While promoting her new Travel Channel show where she visits archaeological sites and points out objects that look like a magic wand, Megan Fox made some remarkably profound comments on why she’s never come forward with her own #MeToo experiences. And if you’re thinking it’s a kind of dick move to act surprised by Megan Fox saying something smart, hold that thought.
From The New York Times:
I don’t want to say this about myself, but let’s say that I was ahead of my time and so people weren’t able to understand. Instead, I was rejected because of qualities that are now being praised in other women coming forward. And because of my experience, I feel it’s likely that I will always be just out of the collective understanding. I don’t know if there will ever be a time where I’m considered normal or relatable or likable.
Even with the #MeToo movement, and everyone coming out with stories — and one could assume that I probably have quite a few stories, and I do — I didn’t speak out for many reasons. I just didn’t think based on how I’d been received by people, and by feminists, that I would be a sympathetic victim. And I thought if ever there were a time where the world would agree that it’s appropriate to victim-shame someone, it would be when I come forward with my story.
I can’t believe I’m about to say these words, but Megan Fox is right. Despite the fact that she has a documented history of calling out Michael Bay’s creepy-ass behavior, if Fox were to come forward with her own accounts of sexual harassment — which would clearly be entirely plausible — her experiences would have a high probability of being dismissed because her career has been defined by an ability to attract the male gaze. And even though she’ll be the first to say that she’s leaned into that image, being hot doesn’t mean Megan Fox was “asking for it.”
Of course, what makes Fox’s #MeToo comments especially frustrating is that they occur in the same interview where she goes full Ancient Aliens truther and refers to herself as a powerful psychic. Yeah…
How did “Ancient Aliens,” a controversial show about prehistoric extraterrestrial visits to Earth, inspire you to create your own series?
I had never read Erich von Däniken’s book [“Chariots of the Gods”], and that’s the first time I had ever heard of the ancient astronaut theory [which posits that extraterrestrials brought their pyramid- and monolith-building technologies to Earth during prehistoric times]. It expanded my consciousness about things I had always questioned and provided a steppingstone to keep exploring.
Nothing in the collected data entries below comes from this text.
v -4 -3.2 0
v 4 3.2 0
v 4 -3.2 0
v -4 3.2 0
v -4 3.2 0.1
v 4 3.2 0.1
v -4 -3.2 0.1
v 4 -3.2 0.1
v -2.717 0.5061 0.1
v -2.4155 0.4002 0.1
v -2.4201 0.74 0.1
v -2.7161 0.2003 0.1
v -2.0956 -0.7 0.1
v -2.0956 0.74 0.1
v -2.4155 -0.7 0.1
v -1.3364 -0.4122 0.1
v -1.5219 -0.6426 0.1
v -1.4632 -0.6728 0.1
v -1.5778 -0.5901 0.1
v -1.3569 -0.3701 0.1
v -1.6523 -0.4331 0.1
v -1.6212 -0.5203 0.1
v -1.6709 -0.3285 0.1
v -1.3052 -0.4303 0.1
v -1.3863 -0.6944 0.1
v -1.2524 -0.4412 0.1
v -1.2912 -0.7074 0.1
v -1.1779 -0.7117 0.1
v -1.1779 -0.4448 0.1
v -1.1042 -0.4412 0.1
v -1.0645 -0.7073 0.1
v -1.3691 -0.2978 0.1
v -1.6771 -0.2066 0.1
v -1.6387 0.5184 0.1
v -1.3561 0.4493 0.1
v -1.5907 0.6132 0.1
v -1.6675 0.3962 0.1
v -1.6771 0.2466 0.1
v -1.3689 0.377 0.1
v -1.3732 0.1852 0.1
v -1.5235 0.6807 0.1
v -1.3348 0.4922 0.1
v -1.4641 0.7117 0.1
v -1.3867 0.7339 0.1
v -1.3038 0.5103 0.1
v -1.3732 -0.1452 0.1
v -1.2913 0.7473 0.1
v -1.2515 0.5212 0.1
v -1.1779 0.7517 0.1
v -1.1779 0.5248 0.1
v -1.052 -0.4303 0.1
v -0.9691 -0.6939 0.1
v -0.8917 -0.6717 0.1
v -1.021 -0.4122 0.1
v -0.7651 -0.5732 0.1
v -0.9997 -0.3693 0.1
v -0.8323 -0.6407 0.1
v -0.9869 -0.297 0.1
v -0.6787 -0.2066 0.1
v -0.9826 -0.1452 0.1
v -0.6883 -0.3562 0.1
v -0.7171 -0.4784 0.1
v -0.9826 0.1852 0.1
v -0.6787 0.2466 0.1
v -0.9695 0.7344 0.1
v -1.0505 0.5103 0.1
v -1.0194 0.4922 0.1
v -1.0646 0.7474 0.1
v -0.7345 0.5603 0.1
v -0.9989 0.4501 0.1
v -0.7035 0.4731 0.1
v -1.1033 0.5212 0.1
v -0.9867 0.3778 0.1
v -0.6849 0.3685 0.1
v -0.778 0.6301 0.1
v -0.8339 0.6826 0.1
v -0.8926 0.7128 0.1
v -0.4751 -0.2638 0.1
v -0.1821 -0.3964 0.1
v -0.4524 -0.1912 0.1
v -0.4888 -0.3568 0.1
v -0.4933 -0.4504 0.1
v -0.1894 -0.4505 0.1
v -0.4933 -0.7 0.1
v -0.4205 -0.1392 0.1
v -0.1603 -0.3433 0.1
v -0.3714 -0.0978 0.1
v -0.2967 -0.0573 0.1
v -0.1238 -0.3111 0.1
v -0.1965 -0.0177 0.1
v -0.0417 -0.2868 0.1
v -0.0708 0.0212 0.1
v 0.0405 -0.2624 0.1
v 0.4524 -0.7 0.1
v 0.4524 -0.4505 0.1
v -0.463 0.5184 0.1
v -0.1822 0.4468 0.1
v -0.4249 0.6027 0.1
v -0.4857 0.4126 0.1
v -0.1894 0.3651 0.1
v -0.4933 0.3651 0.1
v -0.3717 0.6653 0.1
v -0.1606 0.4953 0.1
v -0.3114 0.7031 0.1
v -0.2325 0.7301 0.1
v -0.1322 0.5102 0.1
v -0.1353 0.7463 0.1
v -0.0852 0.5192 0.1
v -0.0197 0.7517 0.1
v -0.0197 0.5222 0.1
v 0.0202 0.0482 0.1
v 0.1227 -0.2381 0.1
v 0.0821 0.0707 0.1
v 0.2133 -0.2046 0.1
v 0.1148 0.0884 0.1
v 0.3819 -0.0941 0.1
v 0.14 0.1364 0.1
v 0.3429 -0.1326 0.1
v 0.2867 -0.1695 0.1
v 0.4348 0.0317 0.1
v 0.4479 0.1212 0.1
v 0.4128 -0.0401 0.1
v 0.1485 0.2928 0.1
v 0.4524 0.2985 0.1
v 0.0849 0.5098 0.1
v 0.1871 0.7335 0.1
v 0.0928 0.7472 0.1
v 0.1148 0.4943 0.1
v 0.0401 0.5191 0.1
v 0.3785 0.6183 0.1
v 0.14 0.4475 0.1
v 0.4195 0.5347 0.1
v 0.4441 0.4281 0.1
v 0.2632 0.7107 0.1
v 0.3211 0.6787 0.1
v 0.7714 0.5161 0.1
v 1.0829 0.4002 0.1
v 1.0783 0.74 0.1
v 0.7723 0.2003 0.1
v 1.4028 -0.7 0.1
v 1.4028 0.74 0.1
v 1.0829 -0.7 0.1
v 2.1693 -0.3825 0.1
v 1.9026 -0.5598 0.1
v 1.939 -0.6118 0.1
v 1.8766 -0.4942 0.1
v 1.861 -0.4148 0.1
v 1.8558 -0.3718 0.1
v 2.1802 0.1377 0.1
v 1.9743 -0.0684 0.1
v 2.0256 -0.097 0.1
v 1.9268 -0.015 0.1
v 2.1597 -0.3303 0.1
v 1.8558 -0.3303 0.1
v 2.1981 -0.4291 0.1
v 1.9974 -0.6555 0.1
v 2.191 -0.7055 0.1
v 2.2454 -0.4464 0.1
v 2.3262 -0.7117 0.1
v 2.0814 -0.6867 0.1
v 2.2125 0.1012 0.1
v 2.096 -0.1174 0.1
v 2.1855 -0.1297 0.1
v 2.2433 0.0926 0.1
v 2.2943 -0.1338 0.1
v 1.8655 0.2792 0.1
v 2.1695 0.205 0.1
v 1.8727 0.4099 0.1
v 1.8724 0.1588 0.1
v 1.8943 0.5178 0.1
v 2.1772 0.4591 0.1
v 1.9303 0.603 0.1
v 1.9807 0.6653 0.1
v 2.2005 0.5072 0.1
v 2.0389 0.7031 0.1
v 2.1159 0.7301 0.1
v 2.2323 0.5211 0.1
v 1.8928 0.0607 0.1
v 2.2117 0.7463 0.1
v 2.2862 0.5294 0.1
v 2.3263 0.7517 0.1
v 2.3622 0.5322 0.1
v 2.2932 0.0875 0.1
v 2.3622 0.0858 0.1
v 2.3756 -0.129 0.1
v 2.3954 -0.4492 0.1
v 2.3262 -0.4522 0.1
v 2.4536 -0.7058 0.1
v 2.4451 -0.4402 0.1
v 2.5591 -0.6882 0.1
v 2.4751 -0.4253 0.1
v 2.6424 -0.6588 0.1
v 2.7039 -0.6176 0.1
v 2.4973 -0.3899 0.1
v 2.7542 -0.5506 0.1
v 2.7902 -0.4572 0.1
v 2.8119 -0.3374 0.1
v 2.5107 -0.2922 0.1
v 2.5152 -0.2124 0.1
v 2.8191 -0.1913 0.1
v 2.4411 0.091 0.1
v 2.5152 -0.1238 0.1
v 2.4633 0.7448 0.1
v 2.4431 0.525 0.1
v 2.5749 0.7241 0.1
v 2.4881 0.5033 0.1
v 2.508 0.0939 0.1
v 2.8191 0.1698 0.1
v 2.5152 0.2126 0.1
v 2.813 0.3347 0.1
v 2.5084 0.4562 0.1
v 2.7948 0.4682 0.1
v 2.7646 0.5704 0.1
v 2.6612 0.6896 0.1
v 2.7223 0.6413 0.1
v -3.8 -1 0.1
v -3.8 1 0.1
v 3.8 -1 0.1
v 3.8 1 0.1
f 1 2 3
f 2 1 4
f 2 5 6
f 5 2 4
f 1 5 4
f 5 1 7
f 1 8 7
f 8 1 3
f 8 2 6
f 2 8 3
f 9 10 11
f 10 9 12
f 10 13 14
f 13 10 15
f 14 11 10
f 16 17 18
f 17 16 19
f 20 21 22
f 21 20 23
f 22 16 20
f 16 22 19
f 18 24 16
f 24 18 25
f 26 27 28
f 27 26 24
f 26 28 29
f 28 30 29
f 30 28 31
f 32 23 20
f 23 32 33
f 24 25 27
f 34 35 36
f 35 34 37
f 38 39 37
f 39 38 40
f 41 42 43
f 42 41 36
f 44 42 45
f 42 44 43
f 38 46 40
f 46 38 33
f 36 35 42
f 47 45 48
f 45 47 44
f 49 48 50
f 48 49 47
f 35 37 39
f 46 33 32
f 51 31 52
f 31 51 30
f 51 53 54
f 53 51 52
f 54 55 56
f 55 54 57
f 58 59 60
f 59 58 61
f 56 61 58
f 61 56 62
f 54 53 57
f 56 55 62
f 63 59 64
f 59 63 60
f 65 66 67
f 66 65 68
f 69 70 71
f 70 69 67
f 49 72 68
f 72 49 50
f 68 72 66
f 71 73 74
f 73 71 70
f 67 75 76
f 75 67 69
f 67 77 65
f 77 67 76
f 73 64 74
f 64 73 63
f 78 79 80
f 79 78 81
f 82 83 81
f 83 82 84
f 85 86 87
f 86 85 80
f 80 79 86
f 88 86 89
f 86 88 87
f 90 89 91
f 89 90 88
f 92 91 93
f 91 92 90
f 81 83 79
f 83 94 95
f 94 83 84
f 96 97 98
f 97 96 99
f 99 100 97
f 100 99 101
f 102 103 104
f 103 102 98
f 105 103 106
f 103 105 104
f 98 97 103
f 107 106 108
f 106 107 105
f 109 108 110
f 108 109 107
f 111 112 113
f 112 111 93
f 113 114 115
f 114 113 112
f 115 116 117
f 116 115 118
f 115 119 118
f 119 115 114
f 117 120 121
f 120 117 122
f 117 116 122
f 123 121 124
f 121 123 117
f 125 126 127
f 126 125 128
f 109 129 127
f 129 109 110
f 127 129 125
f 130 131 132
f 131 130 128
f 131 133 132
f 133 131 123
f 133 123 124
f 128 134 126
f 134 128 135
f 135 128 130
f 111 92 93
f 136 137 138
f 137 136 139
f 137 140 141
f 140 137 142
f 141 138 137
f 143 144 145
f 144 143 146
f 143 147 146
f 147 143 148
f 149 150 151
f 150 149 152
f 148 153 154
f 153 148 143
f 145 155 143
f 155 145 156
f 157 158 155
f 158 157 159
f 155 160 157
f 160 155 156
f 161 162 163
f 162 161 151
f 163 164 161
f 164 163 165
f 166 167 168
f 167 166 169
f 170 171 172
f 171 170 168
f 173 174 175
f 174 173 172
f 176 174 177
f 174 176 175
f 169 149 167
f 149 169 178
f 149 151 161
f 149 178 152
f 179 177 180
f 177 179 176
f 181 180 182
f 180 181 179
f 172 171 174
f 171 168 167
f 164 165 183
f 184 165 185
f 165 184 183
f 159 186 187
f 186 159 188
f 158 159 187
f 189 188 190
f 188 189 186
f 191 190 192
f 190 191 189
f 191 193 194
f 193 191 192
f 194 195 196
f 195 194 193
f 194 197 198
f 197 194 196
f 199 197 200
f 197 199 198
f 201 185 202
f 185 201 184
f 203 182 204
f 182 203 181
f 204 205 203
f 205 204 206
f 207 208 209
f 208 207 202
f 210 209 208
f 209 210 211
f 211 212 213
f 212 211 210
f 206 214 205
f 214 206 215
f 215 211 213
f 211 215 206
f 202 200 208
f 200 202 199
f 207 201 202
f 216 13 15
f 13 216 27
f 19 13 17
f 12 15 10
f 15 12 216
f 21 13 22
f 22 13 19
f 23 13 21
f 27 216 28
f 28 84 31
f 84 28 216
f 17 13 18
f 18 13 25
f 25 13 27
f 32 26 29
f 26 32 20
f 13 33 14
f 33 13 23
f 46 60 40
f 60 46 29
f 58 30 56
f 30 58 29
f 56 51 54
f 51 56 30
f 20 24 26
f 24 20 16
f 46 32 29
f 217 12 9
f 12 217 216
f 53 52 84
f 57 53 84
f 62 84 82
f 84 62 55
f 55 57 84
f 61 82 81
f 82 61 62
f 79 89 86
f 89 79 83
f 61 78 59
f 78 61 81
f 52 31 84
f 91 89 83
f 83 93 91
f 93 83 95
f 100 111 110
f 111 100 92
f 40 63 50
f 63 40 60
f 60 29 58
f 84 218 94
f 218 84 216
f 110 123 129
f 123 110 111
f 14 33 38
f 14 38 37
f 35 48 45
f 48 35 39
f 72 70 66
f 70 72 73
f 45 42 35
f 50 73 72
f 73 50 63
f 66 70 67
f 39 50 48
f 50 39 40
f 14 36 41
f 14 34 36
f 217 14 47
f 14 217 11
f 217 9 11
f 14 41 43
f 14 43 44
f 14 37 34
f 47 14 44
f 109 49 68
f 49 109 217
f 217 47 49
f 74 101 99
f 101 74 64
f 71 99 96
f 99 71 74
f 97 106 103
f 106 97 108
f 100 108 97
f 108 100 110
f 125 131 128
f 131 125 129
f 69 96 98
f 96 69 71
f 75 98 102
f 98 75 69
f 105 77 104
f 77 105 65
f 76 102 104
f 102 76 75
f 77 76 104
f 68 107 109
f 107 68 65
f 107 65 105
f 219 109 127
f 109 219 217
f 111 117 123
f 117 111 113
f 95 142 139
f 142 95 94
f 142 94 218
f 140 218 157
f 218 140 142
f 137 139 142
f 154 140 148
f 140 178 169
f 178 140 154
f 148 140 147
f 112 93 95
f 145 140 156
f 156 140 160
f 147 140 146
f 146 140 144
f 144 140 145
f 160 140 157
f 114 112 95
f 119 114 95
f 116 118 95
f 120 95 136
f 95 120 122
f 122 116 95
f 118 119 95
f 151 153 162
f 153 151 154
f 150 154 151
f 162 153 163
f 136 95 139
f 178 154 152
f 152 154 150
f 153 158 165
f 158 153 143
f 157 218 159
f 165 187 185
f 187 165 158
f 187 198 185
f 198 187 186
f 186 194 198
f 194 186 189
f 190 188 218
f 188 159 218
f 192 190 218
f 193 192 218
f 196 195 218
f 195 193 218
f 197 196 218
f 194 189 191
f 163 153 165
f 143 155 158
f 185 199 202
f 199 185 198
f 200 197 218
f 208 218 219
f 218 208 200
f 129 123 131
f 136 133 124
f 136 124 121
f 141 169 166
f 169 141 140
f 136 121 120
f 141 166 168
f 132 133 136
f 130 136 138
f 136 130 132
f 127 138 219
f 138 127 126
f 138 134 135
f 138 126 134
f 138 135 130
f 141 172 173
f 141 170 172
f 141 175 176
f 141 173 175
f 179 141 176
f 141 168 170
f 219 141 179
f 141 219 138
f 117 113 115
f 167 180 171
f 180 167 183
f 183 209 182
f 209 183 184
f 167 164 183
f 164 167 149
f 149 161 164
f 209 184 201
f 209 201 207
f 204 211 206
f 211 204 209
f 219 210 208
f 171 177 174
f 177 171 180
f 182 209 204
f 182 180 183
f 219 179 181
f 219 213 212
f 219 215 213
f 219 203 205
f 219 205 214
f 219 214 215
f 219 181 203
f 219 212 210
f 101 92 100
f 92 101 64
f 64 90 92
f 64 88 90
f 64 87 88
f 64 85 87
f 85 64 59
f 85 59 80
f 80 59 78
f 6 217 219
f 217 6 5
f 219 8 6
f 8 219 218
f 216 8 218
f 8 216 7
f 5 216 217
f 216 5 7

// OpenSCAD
use <../lib.scad>
use <../p/box5-12.scad>
use <s/4616559ps6.scad>
use <s/4616559ps7.scad>
$fa=1; $fs=0.2;
function ldraw_lib__4616559o(realsolid=false) = [
// 0 Sticker  0.8 x  1 with Black "10219"
// 0 Name: 4616559o.dat
// 0 Author: J.C. Tchang [tchang]
// 0 !LDRAW_ORG Part UPDATE 2013-02
// 0 !LICENSE Licensed under CC BY 2.0 and CC BY 4.0 : see CAreadme.txt
// 
// 0 BFC CERTIFY CCW
  [0,"BFC","CERTIFY"],
  [0,"BFC","CCW"],
// 
// 0 !KEYWORDS Set 10219
// 
// 0 !HISTORY 2013-12-23 [PTadmin] Official Update 2013-02
// 
// 
// 1 16 0 -0.25 0 10 0 0 0 0.25 0 0 0 8 box5-12.dat
  [1,16,0,-0.25,0,10,0,0,0,0.25,0,0,0,8, ldraw_lib__box5_12(realsolid)],
// 0 //
// 1 0 0 -0.25 0 0.25 0 0 0 1 0 0 0 0.25 s\4616559ps6.dat
  [1,0,0,-0.25,0,0.25,0,0,0,1,0,0,0,0.25, ldraw_lib__s__4616559ps6(realsolid)],
// 1 16 0 -0.25 0 0.25 0 0 0 1 0 0 0 0.25 s\4616559ps7.dat
  [1,16,0,-0.25,0,0.25,0,0,0,1,0,0,0,0.25, ldraw_lib__s__4616559ps7(realsolid)],
// 0 //
// 4 16 10 -0.25 8 -10 -0.25 8 -9.5 -0.25 2.5 9.5 -0.25 2.5
  [4,16,10,-0.25,8,-10,-0.25,8,-9.5,-0.25,2.5,9.5,-0.25,2.5],
// 4 16 10 -0.25 -8 10 -0.25 8 9.5 -0.25 2.5 9.5 -0.25 -2.5
  [4,16,10,-0.25,-8,10,-0.25,8,9.5,-0.25,2.5,9.5,-0.25,-2.5],
// 4 16 10 -0.25 -8 9.5 -0.25 -2.5 -9.5 -0.25 -2.5 -10 -0.25 -8
  [4,16,10,-0.25,-8,9.5,-0.25,-2.5,-9.5,-0.25,-2.5,-10,-0.25,-8],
You’ve said that your theories are alternative, while your production team is more science-based. Have they ever gone, “Megan, you’re off the wall?”
They don’t say that I’m off the wall because they’ve been around me enough to see that even if they perceive things I say to be kooky or strange, they always come true. So I’m kind of a revered psychic at this point with everyone.
Just so everyone is clear: Ancient astronauts is racist bullshit. At first glance, it might seem like nothing more than catnip for stoners and conspiracy theorists, but in reality, it’s white supremacist propaganda that suggests there’s no way brown people could build insane archaeological achievements without E.T. giving them a hand.
Do I think Megan Fox believes in this crap because she’s racist? No. Do I think she should apply a little more brain power into wondering why no one is claiming the Parthenon was built through the power of anal probes? Uh huh.
But conspiracy theories aside, Megan Fox has definitely stumbled upon a blind spot in the #MeToo movement even if her central point was she’s always right about everything. Would people take “you know who I mean, the girl who bends over the car in Transformers” seriously if she started naming her abusers? Or would they start taking cracks at her belief that aliens built the pyram- wait. Dammit.